My turn: Rethink plastics - envisioning a healthier Alaska

Posted: Wednesday, April 16, 2008

I am a member of Alaska Youth for Environmental Action (AYEA), which has seven chapters and 1,200 members throughout the state. AYEA is a high school environmental education and leadership program of the National Wildlife Federation. Our mission is to inspire, educate, and take action on environmental issues facing our communities.

Plastics pollute our land, oceans and waterways. Look around, it's everywhere. From airplane wings to iPod cords to grocery bags ... About those bags: Disposable plastic bags are a staple of 21st century life. They are useful and you get them for free. What's not to like? Plastic is the most common marine debris material. And this debris is a long-term problem. Plastic products never biodegrade; they photo-degrade. This means they break down into minuscule bits but never go away. Fish and wildlife can ingest these particles and die. This is worrisome because so many Alaskans fish and hunt for recreation or subsistence.

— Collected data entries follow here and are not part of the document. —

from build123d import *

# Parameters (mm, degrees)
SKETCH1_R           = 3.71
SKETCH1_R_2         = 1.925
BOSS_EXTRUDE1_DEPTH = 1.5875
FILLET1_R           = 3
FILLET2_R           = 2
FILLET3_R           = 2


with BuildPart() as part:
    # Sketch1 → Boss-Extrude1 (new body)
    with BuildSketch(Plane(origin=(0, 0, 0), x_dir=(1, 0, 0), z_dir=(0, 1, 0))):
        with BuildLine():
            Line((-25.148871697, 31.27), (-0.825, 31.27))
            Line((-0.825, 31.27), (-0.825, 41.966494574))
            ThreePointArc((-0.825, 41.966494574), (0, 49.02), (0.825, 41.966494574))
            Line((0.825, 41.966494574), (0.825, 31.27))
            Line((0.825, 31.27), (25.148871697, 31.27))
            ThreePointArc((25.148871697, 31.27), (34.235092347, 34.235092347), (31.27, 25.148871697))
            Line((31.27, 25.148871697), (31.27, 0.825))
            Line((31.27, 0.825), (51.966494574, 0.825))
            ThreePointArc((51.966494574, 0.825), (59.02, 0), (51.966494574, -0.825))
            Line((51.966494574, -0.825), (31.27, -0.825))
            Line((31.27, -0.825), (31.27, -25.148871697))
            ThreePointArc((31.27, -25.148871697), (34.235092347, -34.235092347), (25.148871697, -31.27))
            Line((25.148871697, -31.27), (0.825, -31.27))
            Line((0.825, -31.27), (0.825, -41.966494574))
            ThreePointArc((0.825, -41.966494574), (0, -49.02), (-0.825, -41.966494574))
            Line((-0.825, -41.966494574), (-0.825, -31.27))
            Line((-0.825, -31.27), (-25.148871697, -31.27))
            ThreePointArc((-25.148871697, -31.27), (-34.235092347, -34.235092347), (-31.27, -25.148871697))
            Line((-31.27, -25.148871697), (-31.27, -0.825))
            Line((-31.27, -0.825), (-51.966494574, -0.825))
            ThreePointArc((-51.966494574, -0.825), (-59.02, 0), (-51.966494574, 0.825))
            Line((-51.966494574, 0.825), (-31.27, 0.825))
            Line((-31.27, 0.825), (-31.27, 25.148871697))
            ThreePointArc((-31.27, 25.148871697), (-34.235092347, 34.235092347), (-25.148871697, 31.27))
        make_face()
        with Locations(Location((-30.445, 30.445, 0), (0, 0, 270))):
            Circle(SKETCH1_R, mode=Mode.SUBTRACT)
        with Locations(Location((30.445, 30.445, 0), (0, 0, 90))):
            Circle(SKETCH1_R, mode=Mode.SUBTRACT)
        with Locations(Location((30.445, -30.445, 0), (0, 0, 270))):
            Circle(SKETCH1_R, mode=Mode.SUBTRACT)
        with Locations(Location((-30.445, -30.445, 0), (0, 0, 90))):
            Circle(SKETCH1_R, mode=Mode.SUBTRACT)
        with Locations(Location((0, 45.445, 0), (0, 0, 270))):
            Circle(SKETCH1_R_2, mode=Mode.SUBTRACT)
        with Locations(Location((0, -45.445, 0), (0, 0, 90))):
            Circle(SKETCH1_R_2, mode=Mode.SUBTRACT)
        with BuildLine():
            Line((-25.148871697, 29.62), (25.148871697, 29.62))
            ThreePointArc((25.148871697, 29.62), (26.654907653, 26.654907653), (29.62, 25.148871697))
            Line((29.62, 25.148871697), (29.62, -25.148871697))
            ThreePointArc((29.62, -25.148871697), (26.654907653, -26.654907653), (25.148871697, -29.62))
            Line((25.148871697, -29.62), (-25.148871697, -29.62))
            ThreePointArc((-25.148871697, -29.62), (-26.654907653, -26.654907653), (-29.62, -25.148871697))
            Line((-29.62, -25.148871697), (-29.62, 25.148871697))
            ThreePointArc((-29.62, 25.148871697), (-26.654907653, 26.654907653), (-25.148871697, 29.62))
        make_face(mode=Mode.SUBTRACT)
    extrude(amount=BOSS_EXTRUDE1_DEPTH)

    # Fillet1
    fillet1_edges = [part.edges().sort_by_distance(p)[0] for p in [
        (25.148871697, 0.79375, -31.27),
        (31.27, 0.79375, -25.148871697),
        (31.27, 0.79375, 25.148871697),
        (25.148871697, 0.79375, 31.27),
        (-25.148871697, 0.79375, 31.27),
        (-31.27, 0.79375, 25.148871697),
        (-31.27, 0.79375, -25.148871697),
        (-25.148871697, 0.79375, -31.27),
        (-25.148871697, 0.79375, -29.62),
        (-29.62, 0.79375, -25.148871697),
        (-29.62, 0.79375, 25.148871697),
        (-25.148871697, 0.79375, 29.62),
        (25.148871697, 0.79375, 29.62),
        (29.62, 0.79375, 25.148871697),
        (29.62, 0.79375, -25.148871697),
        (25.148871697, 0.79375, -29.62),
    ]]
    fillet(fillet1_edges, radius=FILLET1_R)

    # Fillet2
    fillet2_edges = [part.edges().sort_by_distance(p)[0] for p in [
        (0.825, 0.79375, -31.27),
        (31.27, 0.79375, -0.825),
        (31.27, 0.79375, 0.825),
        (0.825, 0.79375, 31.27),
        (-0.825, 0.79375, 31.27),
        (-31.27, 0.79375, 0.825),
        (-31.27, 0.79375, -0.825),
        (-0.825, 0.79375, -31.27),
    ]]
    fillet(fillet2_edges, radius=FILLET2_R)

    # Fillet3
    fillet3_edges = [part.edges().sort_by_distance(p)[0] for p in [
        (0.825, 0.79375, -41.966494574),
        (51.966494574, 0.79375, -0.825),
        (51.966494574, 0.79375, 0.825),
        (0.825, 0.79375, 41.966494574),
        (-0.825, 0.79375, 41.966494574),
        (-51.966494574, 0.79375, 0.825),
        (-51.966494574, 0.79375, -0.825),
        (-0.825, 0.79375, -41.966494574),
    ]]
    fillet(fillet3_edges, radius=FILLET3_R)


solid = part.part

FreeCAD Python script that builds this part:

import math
import FreeCAD as App
import Part
import Sketcher
from FreeCAD import Vector


def edges_at(feature, points):
    """Names of the edges that pass closest to the given points."""
    edges = feature.Shape.Edges
    near = lambda p: min(range(len(edges)), key=lambda i: edges[i].distToShape(Part.Vertex(*p))[0])
    return sorted({f"Edge{near(p) + 1}" for p in points})

doc = App.newDocument("Part")
params = doc.addObject("Spreadsheet::Sheet", "Params")
for row, (alias, value) in enumerate([
    ("sketch1_diameter", "7.42 mm"),
    ("sketch1_diameter2", "3.85 mm"),
    ("sketch1_radius", "5.36 mm"),
    ("pad1_length", "1.5875 mm"),
    ("fillet_radius", "3 mm"),
    ("fillet2_radius", "2 mm"),
    ("fillet3_radius", "2 mm"),
], start=1):
    params.set(f"A{row}", alias)
    params.set(f"B{row}", "=" + value)
    params.setAlias(f"B{row}", alias)

body = doc.addObject("PartDesign::Body", "Body")

sketch1 = body.newObject("Sketcher::SketchObject", "Sketch")
sketch1.AttachmentSupport = (doc.getObject("XZ_Plane"), [""])
sketch1.MapMode = "FlatFace"
sketch1.addGeometry([
    Part.LineSegment(Vector(-0.825, -31.27, 0), Vector(-25.148872, -31.27, 0)),
    Part.ArcOfCircle(Part.Circle(Vector(-30.445, -30.445, 0), Vector(0, 0, 1), 5.36), math.radians(98.854044), math.radians(351.145956)),
    Part.LineSegment(Vector(-31.27, -25.148872, 0), Vector(-31.27, -0.825, 0)),
    Part.LineSegment(Vector(-31.27, -0.825, 0), Vector(-51.966495, -0.825, 0)),
    Part.ArcOfCircle(Part.Circle(Vector(-55.445, 0, 0), Vector(0, 0, 1), 3.575), math.radians(13.342364), math.radians(346.657636)),
    Part.LineSegment(Vector(-51.966495, 0.825, 0), Vector(-31.27, 0.825, 0)),
    Part.LineSegment(Vector(-31.27, 0.825, 0), Vector(-31.27, 25.148872, 0)),
    Part.ArcOfCircle(Part.Circle(Vector(-30.445, 30.445, 0), Vector(0, 0, 1), 5.36), math.radians(8.854044), math.radians(261.145956)),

Charlee Lockwood from Saint Michael Village talks about problems her community has had with plastics: "I am from a village that can't afford to recycle and has a poor technique of dumping garbage. The dump is right behind the hill, and when they burn the trash to make more room, and the wind is blowing from the north, it goes all over town and smells bad."

Alaskans, and Americans, use a lot of plastic. For example, Americans use 2.5 million plastic bottles every hour. Seabirds and other wildlife are washing up entangled in things like plastic nets, bottle caps and other scraps of plastic.

Plastic is made from oil, a petroleum product. Much of our oil comes from other countries. When we depend on plastic, we are also depending on foreign oil.

Brittany Walker from Anchorage sums it up like this: "The problem with plastic is that we use too much of it. We take advantage of this resource and abuse it highly." We all contribute to the problem with plastics, but we can all contribute to the solution as well. Using less plastic, and throwing away less, is a start.

First rethink: Decide what plastic products you can do without. Can you use cloth bags for shopping instead of plastic ones? Can you fill up an old water bottle with soda at home, instead of buying from a vending machine?

Then reduce: take action. When you buy things in bulk it not only has less packaging, it costs less. Invest in reusable products like cloth grocery bags, reusable water bottles and reusable food packaging - then remember to use them.

Reuse. We all slip sometimes; if you end up with a disposable water bottle use it again and again until it falls apart. If you end up with plastic grocery bags use them for packing other things in.

Finally, recycle. If your community has a recycling center, you should drop your plastics off there. You can also drop off plastic bags at many grocery stores.

AYEA leaders initiated a yearlong campaign in November 2007 called "R3 Rethink Plastics," meaning that we must Reduce, Reuse and Recycle but also totally rethink how we use plastics in our lives. We envision a healthier Alaska with less plastic in our environment. Our goal is to reduce plastics in our communities through education and action.

Please participate in AYEA's campaign to stop the overuse of plastic. Take action. Rethink your plastic use and reduce, reuse and recycle in your home and business. Reducing your plastic waste will help Alaska's wildlife, help the environment and will save you money. So do the right thing - for Alaska and yourself.